Ей было двенадцать, когда Таня умерла.
С уходом бабушки в Машином мире вдруг образовалась дыра — никем не заменить, и с годами зияющее отсутствие Тани так никто и не заполнил.
В восьмидесятые старую квартиру на Фонтанке обменяли, чтобы обеспечить отдельным жильем выросших Машиных братьев.
Маше было жаль расставаться с любимой квартирой, в которой еще не стихли Танины шаги, с Фонтанкой, с центром города, жаль было переезжать в безликий спальный район на окраине, где все дома походили друг на друга и где не водились ни львы, ни ангелы.
Какое-то время после переезда она приезжала на Фонтанку — стояла у моста против Таниных окон, гуляла вдоль набережной, вспоминала, как, будучи маленькой, по пути в школу здоровалась вон с тем каменным львом, как пыталась расчесать ему гриву, как они с Таней любили гулять в саду Фонтанного дома, как вместе с ней ходили на каток, или то, как Таня катала ее в Павловске на санках. Маша знала, что в квартире давно живут чужие люди и все-таки всякий раз вздрагивала, когда в окнах на третьем этаже загорался свет.
Так продолжалось несколько лет, но постепенно она стала ездить на Фонтанку все реже и реже.
Взрослая жизнь подхватила ее и закружила сильным ветром.
В юности ты живешь на сумасшедших скоростях, тебя бросает, бьет о все стены и крайности (порой разбивая на крутых поворотах судьбы); в эту пору настоящее переживается так остро и интенсивно, что вытесняет прошлое, каким бы прекрасным оно ни было.

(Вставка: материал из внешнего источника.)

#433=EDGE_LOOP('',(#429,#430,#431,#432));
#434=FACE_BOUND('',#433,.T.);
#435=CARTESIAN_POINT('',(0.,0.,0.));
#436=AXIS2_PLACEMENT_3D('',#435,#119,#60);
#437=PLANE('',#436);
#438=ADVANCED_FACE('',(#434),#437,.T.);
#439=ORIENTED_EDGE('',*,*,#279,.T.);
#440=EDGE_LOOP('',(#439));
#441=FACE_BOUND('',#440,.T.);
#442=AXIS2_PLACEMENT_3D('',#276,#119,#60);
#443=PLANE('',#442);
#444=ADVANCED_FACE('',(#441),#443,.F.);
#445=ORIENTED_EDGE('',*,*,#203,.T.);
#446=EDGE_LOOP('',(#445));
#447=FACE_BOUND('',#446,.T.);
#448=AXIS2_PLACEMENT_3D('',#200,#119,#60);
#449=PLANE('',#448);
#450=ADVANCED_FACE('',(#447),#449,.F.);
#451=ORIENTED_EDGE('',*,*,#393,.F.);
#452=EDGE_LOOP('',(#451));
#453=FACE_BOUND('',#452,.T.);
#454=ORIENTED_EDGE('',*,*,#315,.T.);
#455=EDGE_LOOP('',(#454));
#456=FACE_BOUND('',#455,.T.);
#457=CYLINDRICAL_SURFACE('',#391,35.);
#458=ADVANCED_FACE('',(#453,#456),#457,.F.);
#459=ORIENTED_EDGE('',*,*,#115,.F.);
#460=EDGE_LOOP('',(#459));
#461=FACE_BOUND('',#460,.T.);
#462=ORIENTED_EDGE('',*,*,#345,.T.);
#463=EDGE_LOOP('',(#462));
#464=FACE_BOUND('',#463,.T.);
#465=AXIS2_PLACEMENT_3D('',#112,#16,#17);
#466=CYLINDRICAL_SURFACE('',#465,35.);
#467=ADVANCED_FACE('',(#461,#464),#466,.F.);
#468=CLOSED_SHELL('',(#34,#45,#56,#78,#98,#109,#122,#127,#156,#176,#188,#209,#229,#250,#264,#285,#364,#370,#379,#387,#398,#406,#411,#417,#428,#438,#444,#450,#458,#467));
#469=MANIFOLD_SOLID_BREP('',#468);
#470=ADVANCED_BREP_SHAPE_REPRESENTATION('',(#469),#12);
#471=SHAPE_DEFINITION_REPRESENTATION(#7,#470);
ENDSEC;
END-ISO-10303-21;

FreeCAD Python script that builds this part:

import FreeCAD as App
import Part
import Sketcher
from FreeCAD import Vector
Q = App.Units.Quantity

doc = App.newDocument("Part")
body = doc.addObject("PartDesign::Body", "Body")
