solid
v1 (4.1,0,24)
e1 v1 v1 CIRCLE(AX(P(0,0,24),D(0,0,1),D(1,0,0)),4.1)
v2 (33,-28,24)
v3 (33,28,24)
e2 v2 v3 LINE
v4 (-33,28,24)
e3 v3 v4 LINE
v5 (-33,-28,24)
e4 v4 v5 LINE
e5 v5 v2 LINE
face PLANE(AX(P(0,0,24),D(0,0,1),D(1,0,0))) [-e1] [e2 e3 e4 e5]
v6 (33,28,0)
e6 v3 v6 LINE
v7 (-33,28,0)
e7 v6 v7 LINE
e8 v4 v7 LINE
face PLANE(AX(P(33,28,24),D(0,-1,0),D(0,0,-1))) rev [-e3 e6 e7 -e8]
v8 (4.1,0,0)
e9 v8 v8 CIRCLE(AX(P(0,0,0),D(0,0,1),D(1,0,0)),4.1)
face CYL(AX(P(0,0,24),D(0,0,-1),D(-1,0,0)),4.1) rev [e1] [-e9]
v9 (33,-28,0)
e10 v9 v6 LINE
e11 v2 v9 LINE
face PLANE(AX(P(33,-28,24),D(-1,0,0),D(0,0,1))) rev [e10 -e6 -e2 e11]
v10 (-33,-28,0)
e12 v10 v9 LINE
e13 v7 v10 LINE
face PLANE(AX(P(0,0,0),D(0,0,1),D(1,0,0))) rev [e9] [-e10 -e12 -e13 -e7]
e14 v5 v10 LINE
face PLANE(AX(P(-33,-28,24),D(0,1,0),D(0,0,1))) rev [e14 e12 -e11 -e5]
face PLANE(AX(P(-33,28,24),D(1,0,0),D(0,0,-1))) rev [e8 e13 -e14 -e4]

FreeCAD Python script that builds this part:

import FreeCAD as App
import Part
import Sketcher


def add_polygon(sketch, points):
    """Adds a closed chain of lines whose ends are joined by coincident constraints."""
    first, n = sketch.GeometryCount, len(points)
    for a, b in zip(points, points[1:] + points[:1]):
        sketch.addGeometry(Part.LineSegment(App.Vector(*a, 0), App.Vector(*b, 0)), False)
    for i in range(n):
        sketch.addConstraint(Sketcher.Constraint("Coincident", first + i, 2, first + (i + 1) % n, 1))

doc = App.newDocument("Part")
body = doc.addObject("PartDesign::Body", "Body")

# Sketch on XY plane
sketch1 = body.newObject("Sketcher::SketchObject", "Sketch")
sketch1.AttachmentSupport = (doc.getObject("XY_Plane"), [""])
sketch1.MapMode = "FlatFace"
add_polygon(sketch1, [(-33, 28), (-33, -28), (33, -28), (33, 28)])  # lines 0-3
sketch1.addGeometry(Part.Circle(App.Vector(0, 0, 0), App.Vector(0, 0, 1), 4.1), False)  # 4
sketch1.addConstraint(Sketcher.Constraint("Vertical", 0))
sketch1.addConstraint(Sketcher.Constraint("Horizontal", 1))
sketch1.addConstraint(Sketcher.Constraint("Vertical", 2))
sketch1.addConstraint(Sketcher.Constraint("Horizontal", 3))
sketch1.addConstraint(Sketcher.Constraint("Coincident", 4, 3, -1, 1))
sketch1.addConstraint(Sketcher.Constraint("Symmetric", 0, 2, 2, 2, -1, 1))
sketch1.addConstraint(Sketcher.Constraint("Diameter", 4, 8.2))
sketch1.addConstraint(Sketcher.Constraint("DistanceX", 1, 1, 1, 2, 66.0))
sketch1.addConstraint(Sketcher.Constraint("DistanceY", 0, 2, 0, 1, 56.0))
pad1 = body.newObject("PartDesign::Pad", "Pad")
pad1.Profile = sketch1
pad1.Length = 24

doc.recompute()
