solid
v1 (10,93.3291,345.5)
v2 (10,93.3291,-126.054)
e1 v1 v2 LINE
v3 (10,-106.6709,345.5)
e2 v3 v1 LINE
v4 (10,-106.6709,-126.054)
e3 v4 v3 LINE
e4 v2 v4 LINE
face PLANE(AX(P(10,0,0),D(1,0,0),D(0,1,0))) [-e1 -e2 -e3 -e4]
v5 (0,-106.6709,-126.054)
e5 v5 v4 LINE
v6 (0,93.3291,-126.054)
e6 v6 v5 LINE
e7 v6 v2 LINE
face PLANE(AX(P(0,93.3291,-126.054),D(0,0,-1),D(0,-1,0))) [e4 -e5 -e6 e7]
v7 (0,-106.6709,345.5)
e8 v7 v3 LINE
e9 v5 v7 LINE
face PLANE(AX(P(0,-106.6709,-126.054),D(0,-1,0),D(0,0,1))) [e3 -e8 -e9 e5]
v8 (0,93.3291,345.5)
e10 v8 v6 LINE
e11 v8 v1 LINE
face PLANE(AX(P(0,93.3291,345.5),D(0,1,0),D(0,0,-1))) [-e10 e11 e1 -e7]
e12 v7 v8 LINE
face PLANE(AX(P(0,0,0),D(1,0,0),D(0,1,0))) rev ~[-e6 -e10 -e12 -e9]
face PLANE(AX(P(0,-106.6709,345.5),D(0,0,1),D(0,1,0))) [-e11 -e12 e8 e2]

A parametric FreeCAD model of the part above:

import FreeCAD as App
import Part
import Sketcher


def add_polygon(sketch, points):
    """Adds a closed chain of lines whose ends are joined by coincident constraints."""
    first, n = sketch.GeometryCount, len(points)
    for a, b in zip(points, points[1:] + points[:1]):
        sketch.addGeometry(Part.LineSegment(App.Vector(*a, 0), App.Vector(*b, 0)), False)
    for i in range(n):
        sketch.addConstraint(Sketcher.Constraint("Coincident", first + i, 2, first + (i + 1) % n, 1))

doc = App.newDocument("Part")
body = doc.addObject("PartDesign::Body", "Body")

# Sketch on YZ plane
sketch1 = doc.addObject("Sketcher::SketchObject", "Sketch")
body.addObject(sketch1)
sketch1.AttachmentSupport = (doc.YZ_Plane, [""])
sketch1.MapMode = "FlatFace"
add_polygon(sketch1, [(93, 346), (-107, 346), (-107, -126), (93, -126)])  # lines 0-3
sketch1.addConstraint([
    Sketcher.Constraint("Horizontal", 0),
    Sketcher.Constraint("Vertical", 1),
    Sketcher.Constraint("Horizontal", 2),
    Sketcher.Constraint("Vertical", 3),
    Sketcher.Constraint("DistanceX", 0, 2, 0, 1, 200.0),
    Sketcher.Constraint("DistanceY", 1, 2, 1, 1, 471.554),
    Sketcher.Constraint("DistanceY", -1, 1, 0, 2, 345.5),
    Sketcher.Constraint("DistanceX", 0, 2, -1, 1, 106.671),
])
pad1 = doc.addObject("PartDesign::Pad", "Pad")
body.addObject(pad1)
pad1.Profile = sketch1
pad1.Length = 10

doc.recompute()
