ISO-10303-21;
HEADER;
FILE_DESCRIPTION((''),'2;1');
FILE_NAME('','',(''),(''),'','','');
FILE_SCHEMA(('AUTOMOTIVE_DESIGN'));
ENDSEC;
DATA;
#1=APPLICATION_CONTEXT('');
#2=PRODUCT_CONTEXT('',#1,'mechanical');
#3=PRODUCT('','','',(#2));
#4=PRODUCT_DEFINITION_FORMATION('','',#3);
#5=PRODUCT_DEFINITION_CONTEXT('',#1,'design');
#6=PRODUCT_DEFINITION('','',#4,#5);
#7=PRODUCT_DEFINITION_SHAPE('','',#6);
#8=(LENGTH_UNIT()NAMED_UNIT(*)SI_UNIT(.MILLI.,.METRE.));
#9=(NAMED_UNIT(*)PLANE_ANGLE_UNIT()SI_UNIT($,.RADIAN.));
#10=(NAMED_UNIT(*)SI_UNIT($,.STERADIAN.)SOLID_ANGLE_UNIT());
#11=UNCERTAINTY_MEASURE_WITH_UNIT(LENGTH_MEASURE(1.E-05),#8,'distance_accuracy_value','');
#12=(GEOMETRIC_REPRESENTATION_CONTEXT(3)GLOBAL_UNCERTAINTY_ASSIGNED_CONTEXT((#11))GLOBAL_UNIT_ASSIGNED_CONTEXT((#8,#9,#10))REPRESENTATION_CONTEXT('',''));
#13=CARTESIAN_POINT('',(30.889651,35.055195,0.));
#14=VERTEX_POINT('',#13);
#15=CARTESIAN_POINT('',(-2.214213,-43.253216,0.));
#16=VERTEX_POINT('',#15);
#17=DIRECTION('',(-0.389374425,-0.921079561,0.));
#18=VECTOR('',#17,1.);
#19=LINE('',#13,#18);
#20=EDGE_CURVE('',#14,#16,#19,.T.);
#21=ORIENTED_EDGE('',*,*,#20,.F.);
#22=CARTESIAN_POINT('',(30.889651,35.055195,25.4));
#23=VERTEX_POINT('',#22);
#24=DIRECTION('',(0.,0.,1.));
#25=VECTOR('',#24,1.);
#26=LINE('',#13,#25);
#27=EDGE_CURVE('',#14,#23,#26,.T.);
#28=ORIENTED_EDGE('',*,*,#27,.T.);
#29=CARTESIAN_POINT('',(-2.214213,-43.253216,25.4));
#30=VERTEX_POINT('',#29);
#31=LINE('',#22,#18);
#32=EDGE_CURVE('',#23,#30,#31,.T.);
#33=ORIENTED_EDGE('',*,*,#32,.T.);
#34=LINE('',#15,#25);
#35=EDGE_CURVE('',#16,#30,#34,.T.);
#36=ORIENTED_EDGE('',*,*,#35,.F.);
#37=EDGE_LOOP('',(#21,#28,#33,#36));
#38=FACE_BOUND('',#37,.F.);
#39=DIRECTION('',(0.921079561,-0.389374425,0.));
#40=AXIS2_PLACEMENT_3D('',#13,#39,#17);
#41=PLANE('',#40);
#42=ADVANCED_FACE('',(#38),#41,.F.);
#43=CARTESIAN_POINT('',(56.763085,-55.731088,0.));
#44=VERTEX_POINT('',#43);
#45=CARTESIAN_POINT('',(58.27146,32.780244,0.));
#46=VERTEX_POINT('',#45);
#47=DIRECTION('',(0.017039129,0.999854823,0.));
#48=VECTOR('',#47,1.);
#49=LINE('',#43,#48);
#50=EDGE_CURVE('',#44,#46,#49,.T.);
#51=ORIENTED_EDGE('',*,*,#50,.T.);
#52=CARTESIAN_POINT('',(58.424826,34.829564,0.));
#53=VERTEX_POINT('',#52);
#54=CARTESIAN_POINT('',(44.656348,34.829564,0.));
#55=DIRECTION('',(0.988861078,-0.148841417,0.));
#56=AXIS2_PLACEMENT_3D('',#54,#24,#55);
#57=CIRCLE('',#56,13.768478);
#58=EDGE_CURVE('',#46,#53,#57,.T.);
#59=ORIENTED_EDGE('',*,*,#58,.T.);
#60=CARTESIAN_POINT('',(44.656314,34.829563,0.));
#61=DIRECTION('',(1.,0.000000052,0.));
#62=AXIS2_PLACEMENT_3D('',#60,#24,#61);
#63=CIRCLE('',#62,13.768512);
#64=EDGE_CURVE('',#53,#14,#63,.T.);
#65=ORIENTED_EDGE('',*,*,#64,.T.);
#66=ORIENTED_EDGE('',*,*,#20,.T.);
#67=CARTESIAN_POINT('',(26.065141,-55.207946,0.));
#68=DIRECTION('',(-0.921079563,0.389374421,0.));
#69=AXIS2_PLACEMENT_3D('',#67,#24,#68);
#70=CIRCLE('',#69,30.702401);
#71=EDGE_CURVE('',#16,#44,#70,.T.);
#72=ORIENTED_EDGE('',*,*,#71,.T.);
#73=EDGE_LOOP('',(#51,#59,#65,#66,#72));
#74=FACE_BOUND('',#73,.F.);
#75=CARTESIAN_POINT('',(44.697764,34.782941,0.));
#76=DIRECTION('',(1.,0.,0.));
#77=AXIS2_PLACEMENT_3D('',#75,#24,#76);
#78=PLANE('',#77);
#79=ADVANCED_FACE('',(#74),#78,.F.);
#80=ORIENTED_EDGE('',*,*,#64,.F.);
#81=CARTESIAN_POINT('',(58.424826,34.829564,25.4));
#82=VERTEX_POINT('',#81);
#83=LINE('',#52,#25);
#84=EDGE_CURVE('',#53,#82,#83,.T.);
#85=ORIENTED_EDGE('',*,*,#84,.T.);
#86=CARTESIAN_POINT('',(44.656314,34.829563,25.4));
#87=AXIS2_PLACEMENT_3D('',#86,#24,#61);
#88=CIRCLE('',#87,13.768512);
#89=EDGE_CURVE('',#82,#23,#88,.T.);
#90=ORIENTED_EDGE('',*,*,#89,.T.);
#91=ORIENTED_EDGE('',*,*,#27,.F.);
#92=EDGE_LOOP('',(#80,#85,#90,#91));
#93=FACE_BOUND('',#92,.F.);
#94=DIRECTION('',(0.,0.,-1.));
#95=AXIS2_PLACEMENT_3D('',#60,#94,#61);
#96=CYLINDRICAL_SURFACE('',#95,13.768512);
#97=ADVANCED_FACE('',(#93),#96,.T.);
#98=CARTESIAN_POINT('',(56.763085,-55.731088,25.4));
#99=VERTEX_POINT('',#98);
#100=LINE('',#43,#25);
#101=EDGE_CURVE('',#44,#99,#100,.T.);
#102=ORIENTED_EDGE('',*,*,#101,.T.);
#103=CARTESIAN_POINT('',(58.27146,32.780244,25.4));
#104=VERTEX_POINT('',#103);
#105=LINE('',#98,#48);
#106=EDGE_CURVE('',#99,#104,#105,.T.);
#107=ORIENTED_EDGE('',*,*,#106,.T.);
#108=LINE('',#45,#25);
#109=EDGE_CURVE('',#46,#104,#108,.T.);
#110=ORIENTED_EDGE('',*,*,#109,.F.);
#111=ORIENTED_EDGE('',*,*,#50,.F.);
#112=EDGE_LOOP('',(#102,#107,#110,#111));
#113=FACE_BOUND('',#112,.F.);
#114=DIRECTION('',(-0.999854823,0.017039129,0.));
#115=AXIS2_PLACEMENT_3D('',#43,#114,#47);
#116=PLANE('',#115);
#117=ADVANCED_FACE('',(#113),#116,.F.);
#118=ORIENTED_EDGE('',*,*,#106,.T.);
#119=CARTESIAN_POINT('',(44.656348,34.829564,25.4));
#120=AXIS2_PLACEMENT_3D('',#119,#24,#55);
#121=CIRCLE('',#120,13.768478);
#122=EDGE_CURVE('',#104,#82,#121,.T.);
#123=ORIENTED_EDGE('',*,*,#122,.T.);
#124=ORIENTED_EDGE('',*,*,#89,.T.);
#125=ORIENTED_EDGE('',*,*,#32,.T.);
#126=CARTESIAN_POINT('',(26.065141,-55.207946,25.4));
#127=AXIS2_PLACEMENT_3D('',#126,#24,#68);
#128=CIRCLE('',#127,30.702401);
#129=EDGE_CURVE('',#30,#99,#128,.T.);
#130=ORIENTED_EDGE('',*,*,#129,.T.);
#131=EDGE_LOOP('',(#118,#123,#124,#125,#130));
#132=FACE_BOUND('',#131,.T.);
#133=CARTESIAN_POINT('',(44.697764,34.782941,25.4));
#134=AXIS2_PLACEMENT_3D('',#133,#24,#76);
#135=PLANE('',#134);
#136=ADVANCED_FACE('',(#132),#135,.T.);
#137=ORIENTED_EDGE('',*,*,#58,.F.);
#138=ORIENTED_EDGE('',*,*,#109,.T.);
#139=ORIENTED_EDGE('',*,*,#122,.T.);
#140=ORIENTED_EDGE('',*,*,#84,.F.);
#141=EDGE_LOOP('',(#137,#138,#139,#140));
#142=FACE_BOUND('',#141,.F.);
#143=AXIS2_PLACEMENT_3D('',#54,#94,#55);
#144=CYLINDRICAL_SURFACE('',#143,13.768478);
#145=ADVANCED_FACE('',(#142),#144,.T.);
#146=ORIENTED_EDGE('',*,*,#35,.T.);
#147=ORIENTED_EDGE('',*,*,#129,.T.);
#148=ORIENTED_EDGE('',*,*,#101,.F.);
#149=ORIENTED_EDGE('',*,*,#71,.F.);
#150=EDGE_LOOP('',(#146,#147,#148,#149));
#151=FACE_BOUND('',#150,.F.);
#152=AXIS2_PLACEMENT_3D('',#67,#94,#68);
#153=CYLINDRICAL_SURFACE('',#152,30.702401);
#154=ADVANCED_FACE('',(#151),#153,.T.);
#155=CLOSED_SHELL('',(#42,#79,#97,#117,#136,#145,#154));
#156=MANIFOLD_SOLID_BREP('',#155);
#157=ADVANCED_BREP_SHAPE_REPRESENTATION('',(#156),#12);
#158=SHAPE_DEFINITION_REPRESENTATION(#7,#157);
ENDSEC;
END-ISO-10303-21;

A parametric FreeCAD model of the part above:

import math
import FreeCAD as App
import Part
import Sketcher

V = App.Vector
Q = App.Units.Quantity

doc = App.newDocument("Part")
body = doc.addObject("PartDesign::Body", "Body")

# Sketch on XY plane
sketch1 = body.newObject("Sketcher::SketchObject", "Sketch")
sketch1.AttachmentSupport = (doc.getObject("XY_Plane"), [""])
sketch1.MapMode = "FlatFace"
sketch1.addGeometry([
    Part.ArcOfCircle(Part.Circle(V(44.7, 34.8, 0), V(0, 0, 1), 13.8), math.radians(-8.56), math.radians(0)),  # 0
    Part.ArcOfCircle(Part.Circle(V(44.7, 34.8, 0), V(0, 0, 1), 13.8), math.radians(0), math.radians(179)),  # 1
    Part.LineSegment(V(30.9, 35.1, 0), V(-2.2, -43.3, 0)),  # 2
    Part.ArcOfCircle(Part.Circle(V(26.1, -55.2, 0), V(0, 0, 1), 30.7), math.radians(157), math.radians(359)),  # 3
    Part.LineSegment(V(56.8, -55.7, 0), V(58.3, 32.8, 0)),  # 4
], False)
sketch1.addConstraint([
    Sketcher.Constraint("Tangent", 0, 2, 1, 1),
    Sketcher.Constraint("Coincident", 1, 2, 2, 1),
    Sketcher.Constraint("Tangent", 2, 2, 3, 1),
    Sketcher.Constraint("Tangent", 3, 2, 4, 1),
    Sketcher.Constraint("Coincident", 4, 2, 0, 1),
    Sketcher.Constraint("Horizontal", 1, 3, 0, 2),
    Sketcher.Constraint("Radius", 3, 30.702401),
    Sketcher.Constraint("Radius", 0, 13.768478),
    Sketcher.Constraint("Radius", 1, 13.768512),
    Sketcher.Constraint("DistanceX", -1, 1, 3, 3, 26.065141),
    Sketcher.Constraint("DistanceX", -1, 1, 1, 2, 30.889651),
    Sketcher.Constraint("DistanceX", -1, 1, 4, 2, 58.27146),
    Sketcher.Constraint("DistanceY", 3, 3, 1, 3, 90.037509),
    Sketcher.Constraint("DistanceY", 1, 3, 1, 2, 0.225632),
    Sketcher.Constraint("DistanceY", -1, 1, 0, 3, 34.829564),
])
pad1 = body.newObject("PartDesign::Pad", "Pad")
pad1.Profile = sketch1
pad1.Length = Q("1 in")

doc.recompute()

Бесценные воспоминания, тихо отступая перед бурным натиском настоящего и будущего, оказываются запечатаны внутри твоей души и терпеливо ждут своего часа, той поры, когда ты притормозишь с этой своей ненасытной жаждой жизни и обернешься назад.
Юная Маша отчаянно искала себя и спешила жить — училась в университете на искусствоведческом факультете, подрабатывала в музее, писала дипломную работу о истории Петербурга, а главное, уже вовсю переживала тот особенный статус «любовное настроение», в котором пребывают в этом возрасте большинство девушек.
В восемнадцать лет в гостях у друзей она встретила двадцатипятилетнего журналиста Андрея. Умный, обаятельный, сильный Андрей соответствовал представлению Маши об идеальном мужчине; ну а если чего-то в нем не хватало, так ведь любая восемнадцатилетняя девушка, пребывающая в статусе «любовного настроения», охотно дорисует все, что нужно, и легко возвысит своего избранника до идеала. Когда через полгода знакомства Андрей позвал ее замуж, Маша тут же согласилась. Она приняла и его предложение переехать вместе в Москву (Андрей убедительно объяснил Маше, что Питер слишком медленный, а Москва скоростная, там совсем другие ритмы, потоки энергии и, конечно, другие возможности, которые они оба смогут использовать для карьеры).